Managing Tax Information From Brokerage Accounts

Brokerage accounts report income at the end of each year on form 1099. They are required to send these reports to their customers by February 28 of the following year so they can be included on your income tax return. The 1099 report segregates income by type--interest (taxable, tax exempt and accrued interest paid), dividends (including total dividends and qualified dividends), capital gains distributions and stocks and bonds sales.

Instructions

    • 1

      Report interest income on Schedule B. Ordinary interest income and accrued interest paid are taxable at your marginal income tax rate. Tax exempt income is also reported on Schedule B. Treasury bond interest is taxable on your federal income tax return, but it is tax exempt to the state if you live in a state that requires filing a state tax return. Municipal bond interest is not taxable on the federal 1040, but may be taxable to the state unless you live in the state that issued the bonds. In-state municipal bond interest is tax exempt on both federal and state income tax returns.

    • 2

      List dividend income on Schedule B. The brokerage 1099 will report total dividends and any amounts of these dividends that are qualified dividends. All your dividend income is taxable, but qualified dividends are taxed at a lower rate. If you are in the 10 percent or 15 percent tax brackets, your tax rate for qualified portions of dividend income is five percent. If your marginal tax rate is 25% or higher, the qualified dividends tax rate is 15 percent.

    • 3

      Record capital gains distributions on Schedule B, also. These distributions are treated as long term capital gains (gains on stocks, bonds and mutual funds held for more than one year). The tax rate of these distributions depends on your marginal tax rate. If you are in the 10% or 15% tax brackets, the tax rate on capital gains distributions is five percent. If your marginal tax rate is 25 percent or higher, the tax rate on capital gains distributions is 15 percent.

    • 4

      Use Schedule D to report the sale of stocks, bonds and mutual funds. You'll need to know your basis in these securities (how much you paid when you purchased the securities). If you purchased the securities from the brokerage company reporting the sales, the 1099 usually gives you this basis information. If you transferred the securities into the brokerage account after you bought them, you may need to consult your own records to determine the basis. On Schedule D, you must record the date of the purchase, the cost (your basis), the date of the sale and the sale price. If you sold the securities for more than you paid for them, you have a gain.
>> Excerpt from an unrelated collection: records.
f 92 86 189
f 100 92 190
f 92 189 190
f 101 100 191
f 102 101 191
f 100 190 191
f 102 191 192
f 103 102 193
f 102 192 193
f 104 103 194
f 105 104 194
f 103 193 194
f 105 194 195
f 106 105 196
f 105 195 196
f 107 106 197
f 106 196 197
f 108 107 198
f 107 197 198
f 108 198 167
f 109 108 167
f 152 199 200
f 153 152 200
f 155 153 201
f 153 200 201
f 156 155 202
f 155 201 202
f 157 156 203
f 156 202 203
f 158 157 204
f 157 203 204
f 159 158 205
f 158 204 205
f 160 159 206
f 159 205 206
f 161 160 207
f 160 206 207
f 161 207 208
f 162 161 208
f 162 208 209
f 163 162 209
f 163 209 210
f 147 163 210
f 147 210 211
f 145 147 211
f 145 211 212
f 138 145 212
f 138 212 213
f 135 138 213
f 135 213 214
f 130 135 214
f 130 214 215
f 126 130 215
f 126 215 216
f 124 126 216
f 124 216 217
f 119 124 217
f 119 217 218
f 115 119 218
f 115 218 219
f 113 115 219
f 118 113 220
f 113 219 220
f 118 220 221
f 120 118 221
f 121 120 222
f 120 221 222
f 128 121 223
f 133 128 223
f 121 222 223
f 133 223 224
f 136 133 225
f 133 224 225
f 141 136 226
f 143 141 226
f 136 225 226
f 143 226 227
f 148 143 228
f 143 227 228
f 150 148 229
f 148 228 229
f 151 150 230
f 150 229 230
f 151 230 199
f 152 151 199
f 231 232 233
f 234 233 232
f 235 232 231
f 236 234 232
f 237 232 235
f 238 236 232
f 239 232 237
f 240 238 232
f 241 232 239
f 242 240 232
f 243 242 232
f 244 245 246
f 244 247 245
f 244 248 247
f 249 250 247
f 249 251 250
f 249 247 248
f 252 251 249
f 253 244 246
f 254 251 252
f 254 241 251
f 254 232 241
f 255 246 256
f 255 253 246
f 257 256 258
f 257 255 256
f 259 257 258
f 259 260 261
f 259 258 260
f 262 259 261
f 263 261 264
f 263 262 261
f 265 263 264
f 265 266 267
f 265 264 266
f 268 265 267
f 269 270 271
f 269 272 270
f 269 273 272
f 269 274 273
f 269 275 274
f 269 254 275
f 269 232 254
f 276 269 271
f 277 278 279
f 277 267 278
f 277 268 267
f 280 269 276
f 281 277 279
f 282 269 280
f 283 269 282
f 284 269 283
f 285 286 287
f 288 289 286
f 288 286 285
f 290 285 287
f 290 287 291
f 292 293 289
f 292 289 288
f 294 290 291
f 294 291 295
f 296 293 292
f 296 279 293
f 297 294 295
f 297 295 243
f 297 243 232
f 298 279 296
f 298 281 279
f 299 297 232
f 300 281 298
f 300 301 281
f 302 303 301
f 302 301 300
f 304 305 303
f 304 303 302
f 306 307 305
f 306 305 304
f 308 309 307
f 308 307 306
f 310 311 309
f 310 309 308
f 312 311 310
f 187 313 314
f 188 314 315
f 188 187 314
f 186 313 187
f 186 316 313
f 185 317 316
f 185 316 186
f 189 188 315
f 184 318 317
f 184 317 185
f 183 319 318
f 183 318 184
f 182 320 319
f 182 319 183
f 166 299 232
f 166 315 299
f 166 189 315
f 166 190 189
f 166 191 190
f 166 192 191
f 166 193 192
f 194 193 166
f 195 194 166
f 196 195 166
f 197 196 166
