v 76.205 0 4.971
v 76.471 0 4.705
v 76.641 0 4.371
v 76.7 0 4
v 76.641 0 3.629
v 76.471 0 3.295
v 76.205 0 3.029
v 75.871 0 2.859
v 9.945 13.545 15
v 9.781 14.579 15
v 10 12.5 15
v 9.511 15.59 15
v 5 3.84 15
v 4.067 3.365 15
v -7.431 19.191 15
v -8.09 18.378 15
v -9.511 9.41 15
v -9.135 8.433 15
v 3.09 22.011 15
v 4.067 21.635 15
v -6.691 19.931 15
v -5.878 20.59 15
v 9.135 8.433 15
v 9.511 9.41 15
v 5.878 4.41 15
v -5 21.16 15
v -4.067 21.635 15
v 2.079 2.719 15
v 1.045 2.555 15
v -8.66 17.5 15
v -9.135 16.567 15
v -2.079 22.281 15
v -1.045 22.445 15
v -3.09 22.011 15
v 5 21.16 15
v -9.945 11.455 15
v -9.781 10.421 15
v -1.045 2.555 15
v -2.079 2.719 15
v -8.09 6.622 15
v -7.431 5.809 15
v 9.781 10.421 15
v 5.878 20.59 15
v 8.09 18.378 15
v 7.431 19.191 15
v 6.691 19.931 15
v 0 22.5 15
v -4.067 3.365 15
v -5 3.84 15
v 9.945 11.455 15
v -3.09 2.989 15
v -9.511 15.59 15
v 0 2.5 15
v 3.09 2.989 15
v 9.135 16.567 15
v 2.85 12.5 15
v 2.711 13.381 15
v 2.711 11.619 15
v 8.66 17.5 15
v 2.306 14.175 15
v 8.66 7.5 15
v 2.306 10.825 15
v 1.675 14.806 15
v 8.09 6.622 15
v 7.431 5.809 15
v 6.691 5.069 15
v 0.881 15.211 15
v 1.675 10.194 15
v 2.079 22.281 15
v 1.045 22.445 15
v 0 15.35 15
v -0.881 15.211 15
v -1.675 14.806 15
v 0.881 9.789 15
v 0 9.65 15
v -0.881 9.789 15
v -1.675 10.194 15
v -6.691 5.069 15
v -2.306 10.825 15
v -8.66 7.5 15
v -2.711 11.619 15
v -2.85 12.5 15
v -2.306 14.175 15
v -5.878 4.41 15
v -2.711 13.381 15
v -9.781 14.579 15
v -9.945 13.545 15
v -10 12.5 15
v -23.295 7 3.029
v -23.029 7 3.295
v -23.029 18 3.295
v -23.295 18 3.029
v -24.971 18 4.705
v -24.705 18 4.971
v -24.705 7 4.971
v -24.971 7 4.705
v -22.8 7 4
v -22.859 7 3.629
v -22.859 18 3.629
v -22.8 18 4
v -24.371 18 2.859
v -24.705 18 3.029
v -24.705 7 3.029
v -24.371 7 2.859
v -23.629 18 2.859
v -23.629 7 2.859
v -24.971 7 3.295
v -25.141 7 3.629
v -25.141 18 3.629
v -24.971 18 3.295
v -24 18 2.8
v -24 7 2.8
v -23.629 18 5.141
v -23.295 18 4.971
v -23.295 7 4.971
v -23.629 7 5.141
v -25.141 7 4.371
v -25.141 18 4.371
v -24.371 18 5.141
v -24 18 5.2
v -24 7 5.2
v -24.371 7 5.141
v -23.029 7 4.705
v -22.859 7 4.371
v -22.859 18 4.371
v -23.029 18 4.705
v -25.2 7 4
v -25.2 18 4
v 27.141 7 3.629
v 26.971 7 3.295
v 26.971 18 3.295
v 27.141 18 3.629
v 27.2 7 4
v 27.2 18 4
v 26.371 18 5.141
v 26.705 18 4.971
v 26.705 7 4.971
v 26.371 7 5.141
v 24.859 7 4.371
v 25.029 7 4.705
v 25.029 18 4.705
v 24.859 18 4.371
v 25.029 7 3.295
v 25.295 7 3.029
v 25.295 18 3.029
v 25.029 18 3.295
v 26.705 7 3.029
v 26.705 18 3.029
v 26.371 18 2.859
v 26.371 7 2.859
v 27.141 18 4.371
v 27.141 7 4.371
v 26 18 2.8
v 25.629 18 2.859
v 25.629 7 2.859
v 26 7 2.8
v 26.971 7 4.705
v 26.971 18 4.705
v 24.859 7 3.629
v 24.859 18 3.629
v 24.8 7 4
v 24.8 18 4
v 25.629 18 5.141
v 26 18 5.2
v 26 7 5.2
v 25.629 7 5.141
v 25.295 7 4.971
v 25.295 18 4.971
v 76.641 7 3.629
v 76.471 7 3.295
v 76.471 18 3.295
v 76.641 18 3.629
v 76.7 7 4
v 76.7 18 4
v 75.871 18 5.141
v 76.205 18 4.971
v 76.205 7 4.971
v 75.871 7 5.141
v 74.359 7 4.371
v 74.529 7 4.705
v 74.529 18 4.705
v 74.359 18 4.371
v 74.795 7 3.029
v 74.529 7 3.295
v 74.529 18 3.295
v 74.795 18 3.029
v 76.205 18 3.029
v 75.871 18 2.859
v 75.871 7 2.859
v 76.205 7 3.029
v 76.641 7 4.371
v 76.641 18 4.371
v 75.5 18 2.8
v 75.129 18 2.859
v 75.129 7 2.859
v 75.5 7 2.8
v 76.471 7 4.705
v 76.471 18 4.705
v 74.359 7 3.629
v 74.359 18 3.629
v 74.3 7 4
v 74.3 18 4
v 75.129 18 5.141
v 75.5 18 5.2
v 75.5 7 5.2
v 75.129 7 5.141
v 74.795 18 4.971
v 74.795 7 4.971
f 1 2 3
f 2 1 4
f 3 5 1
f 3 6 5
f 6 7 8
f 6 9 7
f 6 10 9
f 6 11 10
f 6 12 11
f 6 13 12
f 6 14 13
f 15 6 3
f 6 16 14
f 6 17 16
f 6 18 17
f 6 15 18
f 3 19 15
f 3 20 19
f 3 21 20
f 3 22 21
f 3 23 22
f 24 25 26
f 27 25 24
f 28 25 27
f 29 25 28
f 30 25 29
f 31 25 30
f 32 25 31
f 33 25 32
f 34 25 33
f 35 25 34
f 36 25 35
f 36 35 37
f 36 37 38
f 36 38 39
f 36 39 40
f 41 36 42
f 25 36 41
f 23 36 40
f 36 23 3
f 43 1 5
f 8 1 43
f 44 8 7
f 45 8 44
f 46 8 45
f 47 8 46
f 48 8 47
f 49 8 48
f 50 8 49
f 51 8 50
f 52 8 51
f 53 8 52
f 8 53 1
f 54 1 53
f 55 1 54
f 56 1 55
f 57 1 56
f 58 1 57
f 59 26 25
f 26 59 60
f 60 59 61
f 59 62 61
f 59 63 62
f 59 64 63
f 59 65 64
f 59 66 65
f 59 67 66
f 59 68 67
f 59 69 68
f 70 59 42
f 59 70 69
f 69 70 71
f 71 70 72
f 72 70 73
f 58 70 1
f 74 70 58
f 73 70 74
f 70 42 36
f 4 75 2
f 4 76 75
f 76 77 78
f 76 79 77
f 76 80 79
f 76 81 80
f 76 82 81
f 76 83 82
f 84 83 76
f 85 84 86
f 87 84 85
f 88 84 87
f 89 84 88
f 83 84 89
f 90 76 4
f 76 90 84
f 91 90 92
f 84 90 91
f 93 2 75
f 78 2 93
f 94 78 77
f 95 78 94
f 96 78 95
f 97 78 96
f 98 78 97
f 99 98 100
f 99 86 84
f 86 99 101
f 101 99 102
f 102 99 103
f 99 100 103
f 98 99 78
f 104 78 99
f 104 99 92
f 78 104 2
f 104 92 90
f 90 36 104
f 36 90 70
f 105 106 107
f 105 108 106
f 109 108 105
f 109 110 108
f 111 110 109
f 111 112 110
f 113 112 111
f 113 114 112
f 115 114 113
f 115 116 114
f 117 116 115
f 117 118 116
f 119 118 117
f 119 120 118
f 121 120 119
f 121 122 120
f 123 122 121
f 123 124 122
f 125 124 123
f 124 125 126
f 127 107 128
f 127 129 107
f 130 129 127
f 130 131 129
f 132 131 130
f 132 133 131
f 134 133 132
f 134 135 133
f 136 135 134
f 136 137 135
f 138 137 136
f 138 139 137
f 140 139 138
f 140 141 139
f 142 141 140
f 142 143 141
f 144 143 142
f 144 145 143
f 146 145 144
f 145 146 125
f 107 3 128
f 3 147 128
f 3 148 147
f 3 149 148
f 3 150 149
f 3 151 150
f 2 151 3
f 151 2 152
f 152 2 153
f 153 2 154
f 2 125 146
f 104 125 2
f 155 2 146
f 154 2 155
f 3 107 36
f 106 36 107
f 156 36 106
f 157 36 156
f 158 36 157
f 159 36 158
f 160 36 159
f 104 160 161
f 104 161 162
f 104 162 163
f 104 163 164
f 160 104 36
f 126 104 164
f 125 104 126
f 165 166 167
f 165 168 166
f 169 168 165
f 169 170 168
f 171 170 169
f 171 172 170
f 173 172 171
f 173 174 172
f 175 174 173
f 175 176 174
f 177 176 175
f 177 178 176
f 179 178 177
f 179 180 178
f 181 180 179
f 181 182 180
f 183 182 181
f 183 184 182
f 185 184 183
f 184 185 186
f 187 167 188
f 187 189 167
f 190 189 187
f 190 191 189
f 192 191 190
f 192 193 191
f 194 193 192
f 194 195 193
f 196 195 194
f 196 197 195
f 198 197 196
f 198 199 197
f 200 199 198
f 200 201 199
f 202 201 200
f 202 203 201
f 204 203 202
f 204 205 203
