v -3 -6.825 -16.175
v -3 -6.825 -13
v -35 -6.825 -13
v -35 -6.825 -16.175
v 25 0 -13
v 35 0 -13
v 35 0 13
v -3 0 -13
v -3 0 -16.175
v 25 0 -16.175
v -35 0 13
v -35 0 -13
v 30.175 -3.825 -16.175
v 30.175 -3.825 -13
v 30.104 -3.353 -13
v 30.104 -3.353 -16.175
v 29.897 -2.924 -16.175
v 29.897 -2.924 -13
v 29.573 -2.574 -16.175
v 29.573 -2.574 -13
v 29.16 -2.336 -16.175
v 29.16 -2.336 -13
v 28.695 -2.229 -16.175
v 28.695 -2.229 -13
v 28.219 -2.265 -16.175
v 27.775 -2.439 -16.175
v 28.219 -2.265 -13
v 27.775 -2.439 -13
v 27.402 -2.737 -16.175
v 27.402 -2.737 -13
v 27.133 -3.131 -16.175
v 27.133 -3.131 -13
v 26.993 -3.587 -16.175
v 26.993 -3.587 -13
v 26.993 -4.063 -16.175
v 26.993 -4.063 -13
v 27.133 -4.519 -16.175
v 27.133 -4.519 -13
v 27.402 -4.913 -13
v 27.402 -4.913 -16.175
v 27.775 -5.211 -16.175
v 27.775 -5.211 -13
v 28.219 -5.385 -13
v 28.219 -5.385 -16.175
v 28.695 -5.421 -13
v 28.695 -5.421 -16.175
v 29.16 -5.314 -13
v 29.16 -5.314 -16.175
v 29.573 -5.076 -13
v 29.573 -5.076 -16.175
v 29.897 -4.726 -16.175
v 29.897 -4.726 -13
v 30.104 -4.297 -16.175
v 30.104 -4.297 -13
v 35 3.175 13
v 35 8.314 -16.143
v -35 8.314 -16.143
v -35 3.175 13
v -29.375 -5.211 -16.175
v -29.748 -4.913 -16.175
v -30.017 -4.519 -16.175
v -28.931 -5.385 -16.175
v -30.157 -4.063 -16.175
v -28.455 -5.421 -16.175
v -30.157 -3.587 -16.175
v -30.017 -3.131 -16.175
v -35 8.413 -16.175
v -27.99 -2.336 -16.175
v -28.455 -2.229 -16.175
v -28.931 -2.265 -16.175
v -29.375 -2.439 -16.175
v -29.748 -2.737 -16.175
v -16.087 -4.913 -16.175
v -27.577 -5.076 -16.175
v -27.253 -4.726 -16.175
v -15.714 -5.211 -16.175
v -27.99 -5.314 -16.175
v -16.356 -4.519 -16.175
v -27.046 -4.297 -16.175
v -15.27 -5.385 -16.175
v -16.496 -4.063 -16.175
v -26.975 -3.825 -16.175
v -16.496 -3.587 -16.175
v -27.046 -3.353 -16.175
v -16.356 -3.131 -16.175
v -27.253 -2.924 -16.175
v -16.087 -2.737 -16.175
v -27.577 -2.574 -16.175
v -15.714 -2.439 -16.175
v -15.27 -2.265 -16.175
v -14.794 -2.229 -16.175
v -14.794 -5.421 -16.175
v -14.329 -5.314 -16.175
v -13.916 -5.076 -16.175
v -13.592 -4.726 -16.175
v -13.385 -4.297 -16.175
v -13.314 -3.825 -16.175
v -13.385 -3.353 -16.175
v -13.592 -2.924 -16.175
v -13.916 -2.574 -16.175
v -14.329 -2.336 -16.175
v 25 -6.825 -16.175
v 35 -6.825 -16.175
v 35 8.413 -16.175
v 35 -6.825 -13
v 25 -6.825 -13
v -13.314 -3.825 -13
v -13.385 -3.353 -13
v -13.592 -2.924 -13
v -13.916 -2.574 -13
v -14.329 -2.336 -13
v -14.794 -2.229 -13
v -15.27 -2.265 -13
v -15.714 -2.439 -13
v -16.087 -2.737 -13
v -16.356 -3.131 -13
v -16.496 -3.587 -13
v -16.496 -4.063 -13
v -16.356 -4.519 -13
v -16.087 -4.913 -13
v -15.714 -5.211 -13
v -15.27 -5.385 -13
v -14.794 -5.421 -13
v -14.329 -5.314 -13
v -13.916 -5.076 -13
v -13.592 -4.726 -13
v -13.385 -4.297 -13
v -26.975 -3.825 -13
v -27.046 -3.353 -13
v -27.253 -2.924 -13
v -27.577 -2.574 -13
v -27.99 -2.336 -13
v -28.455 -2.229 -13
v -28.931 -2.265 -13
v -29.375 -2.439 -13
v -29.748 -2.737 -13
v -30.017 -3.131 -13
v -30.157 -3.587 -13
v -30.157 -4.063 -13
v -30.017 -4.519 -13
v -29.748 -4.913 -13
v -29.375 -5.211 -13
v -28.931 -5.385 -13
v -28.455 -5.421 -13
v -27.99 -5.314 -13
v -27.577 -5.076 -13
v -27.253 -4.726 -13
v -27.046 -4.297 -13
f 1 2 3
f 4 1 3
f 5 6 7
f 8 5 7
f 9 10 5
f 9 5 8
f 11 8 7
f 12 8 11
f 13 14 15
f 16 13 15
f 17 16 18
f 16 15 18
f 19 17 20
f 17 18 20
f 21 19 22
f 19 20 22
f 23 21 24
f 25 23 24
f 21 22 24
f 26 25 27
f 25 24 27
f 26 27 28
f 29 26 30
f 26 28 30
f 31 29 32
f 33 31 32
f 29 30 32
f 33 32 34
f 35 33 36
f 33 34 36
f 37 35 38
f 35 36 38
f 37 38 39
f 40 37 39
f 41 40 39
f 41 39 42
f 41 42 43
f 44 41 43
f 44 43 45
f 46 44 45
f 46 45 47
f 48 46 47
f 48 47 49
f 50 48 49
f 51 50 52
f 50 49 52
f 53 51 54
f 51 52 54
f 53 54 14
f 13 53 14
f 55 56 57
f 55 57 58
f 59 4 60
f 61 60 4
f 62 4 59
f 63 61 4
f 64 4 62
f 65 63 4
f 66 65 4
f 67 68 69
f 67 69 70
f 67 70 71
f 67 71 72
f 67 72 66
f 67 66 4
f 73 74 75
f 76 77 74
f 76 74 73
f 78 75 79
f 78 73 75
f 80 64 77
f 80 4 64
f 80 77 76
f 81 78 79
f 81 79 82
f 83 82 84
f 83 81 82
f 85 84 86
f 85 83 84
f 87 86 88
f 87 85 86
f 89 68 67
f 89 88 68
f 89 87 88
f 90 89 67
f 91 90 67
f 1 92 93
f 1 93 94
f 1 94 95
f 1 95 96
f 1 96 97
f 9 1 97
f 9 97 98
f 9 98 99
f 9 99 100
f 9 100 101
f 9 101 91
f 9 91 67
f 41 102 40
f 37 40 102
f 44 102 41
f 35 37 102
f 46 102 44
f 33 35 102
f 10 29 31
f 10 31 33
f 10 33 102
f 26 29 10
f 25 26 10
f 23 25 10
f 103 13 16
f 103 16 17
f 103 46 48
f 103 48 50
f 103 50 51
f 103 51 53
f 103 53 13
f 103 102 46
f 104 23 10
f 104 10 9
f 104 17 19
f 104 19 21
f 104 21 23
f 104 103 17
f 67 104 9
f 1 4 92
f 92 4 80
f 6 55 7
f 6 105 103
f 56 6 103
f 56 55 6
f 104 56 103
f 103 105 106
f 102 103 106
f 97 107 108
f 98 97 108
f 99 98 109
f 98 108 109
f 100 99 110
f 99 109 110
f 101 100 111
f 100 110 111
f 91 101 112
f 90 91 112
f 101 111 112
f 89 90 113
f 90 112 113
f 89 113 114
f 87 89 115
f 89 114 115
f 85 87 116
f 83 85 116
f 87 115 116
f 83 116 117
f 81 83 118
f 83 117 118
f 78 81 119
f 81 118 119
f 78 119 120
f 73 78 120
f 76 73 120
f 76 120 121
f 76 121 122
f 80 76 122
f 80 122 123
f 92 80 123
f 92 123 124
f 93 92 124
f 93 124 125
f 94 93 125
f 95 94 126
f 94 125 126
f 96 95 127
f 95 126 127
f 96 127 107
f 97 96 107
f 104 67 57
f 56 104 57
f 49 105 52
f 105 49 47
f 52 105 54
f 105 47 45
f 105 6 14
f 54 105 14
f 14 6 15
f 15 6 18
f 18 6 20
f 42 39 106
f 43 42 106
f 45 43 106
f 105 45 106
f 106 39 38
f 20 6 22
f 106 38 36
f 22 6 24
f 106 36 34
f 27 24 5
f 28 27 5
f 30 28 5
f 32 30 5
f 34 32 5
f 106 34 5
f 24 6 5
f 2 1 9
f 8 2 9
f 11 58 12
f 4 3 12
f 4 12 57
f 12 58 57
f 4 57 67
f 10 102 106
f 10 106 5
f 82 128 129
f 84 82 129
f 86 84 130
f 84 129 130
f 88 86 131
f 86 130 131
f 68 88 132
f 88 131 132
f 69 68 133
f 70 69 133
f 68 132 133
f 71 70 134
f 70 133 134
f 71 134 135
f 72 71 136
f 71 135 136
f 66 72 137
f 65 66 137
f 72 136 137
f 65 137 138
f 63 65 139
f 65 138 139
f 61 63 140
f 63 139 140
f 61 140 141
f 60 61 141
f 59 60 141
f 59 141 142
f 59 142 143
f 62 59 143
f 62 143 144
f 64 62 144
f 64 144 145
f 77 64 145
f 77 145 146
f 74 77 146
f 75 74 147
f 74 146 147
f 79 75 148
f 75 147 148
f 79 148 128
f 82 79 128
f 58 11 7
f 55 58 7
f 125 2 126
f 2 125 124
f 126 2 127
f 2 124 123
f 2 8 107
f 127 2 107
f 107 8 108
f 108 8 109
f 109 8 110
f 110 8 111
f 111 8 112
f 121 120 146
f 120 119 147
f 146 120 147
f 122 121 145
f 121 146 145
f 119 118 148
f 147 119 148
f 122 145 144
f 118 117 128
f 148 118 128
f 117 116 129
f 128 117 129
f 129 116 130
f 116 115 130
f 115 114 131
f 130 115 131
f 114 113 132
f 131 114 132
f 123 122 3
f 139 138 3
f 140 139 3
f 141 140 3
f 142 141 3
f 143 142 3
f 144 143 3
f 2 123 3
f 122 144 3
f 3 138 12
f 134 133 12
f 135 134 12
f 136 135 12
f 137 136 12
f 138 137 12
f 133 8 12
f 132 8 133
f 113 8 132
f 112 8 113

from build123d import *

# Parameters (mm, degrees)
SKETCH1_W           = 70
SKETCH1_H           = 26
BOSS_EXTRUDE1_DEPTH = 3.175
SKETCH2_W           = 70
SKETCH2_H           = 10
BOSS_EXTRUDE2_DEPTH = 3.175
SKETCH3_R           = 1.6
CUT_EXTRUDE1_DEPTH  = 3.175
BOSS_EXTRUDE3_DEPTH = 70
SKETCH5_W           = 28
SKETCH5_H           = 6.825
CUT_EXTRUDE2_DEPTH  = 10


with BuildPart() as part:
    # Sketch1 → Boss-Extrude1 (new body)
    with BuildSketch(Plane(origin=(0, 0, 0), x_dir=(1, 0, 0), z_dir=(0, 1, 0))):
        Rectangle(SKETCH1_W, SKETCH1_H)
    extrude(amount=BOSS_EXTRUDE1_DEPTH)

    # Sketch2 → Boss-Extrude2 (add)
    with BuildSketch(Plane(origin=(0, 0, -13), x_dir=(-1, 0, 0), z_dir=(0, 0, -1))):
        with Locations((0, -1.825)):
            Rectangle(SKETCH2_W, SKETCH2_H)
    extrude(amount=BOSS_EXTRUDE2_DEPTH)

    # Sketch3 → Cut-Extrude1 (cut)
    with BuildSketch(Plane.XY.offset(-13)):
        with Locations((-14.914, -3.825)):
            Circle(SKETCH3_R)
        with Locations((28.575, -3.825)):
            Circle(SKETCH3_R)
        with Locations((-28.575, -3.825)):
            Circle(SKETCH3_R)
    extrude(amount=-CUT_EXTRUDE1_DEPTH, mode=Mode.SUBTRACT)

    # Sketch4 → Boss-Extrude3 (add)
    with BuildSketch(Plane(origin=(35, 0, 0), x_dir=(0, 0, -1), z_dir=(1, 0, 0))):
        Polygon((16.175, 3.175), (16.175, 8.412812241), (16.143192443, 8.313731132), (-13, 3.175), align=None)
    extrude(amount=-BOSS_EXTRUDE3_DEPTH)

    # Sketch5 → Cut-Extrude2 (cut)
    with BuildSketch(Plane(origin=(0, 0, -16.175), x_dir=(-1, 0, 0), z_dir=(0, 0, -1))):
        with Locations((-11, -3.4125)):
            Rectangle(SKETCH5_W, SKETCH5_H)
    extrude(amount=-CUT_EXTRUDE2_DEPTH, mode=Mode.SUBTRACT)


solid = part.part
If you sold them for less than you paid for them, you have a loss. If the purchase and sale occurred within one 12 month period, it's a short term gain or loss, taxed at your marginal tax rate. If the sale occurred more than a year after you purchased the securities, you have a long term capital gain or loss. A long term capital gain is taxed at five percent if you are in the 10 percent or 15 percent tax brackets and at 15 percent if you are in the 25 percent bracket or higher.

Tips & Warnings

  • Non-taxable distributions may also be reported in a brokerage 1099. These distributions are considered a return of capital and are not reportable or taxable.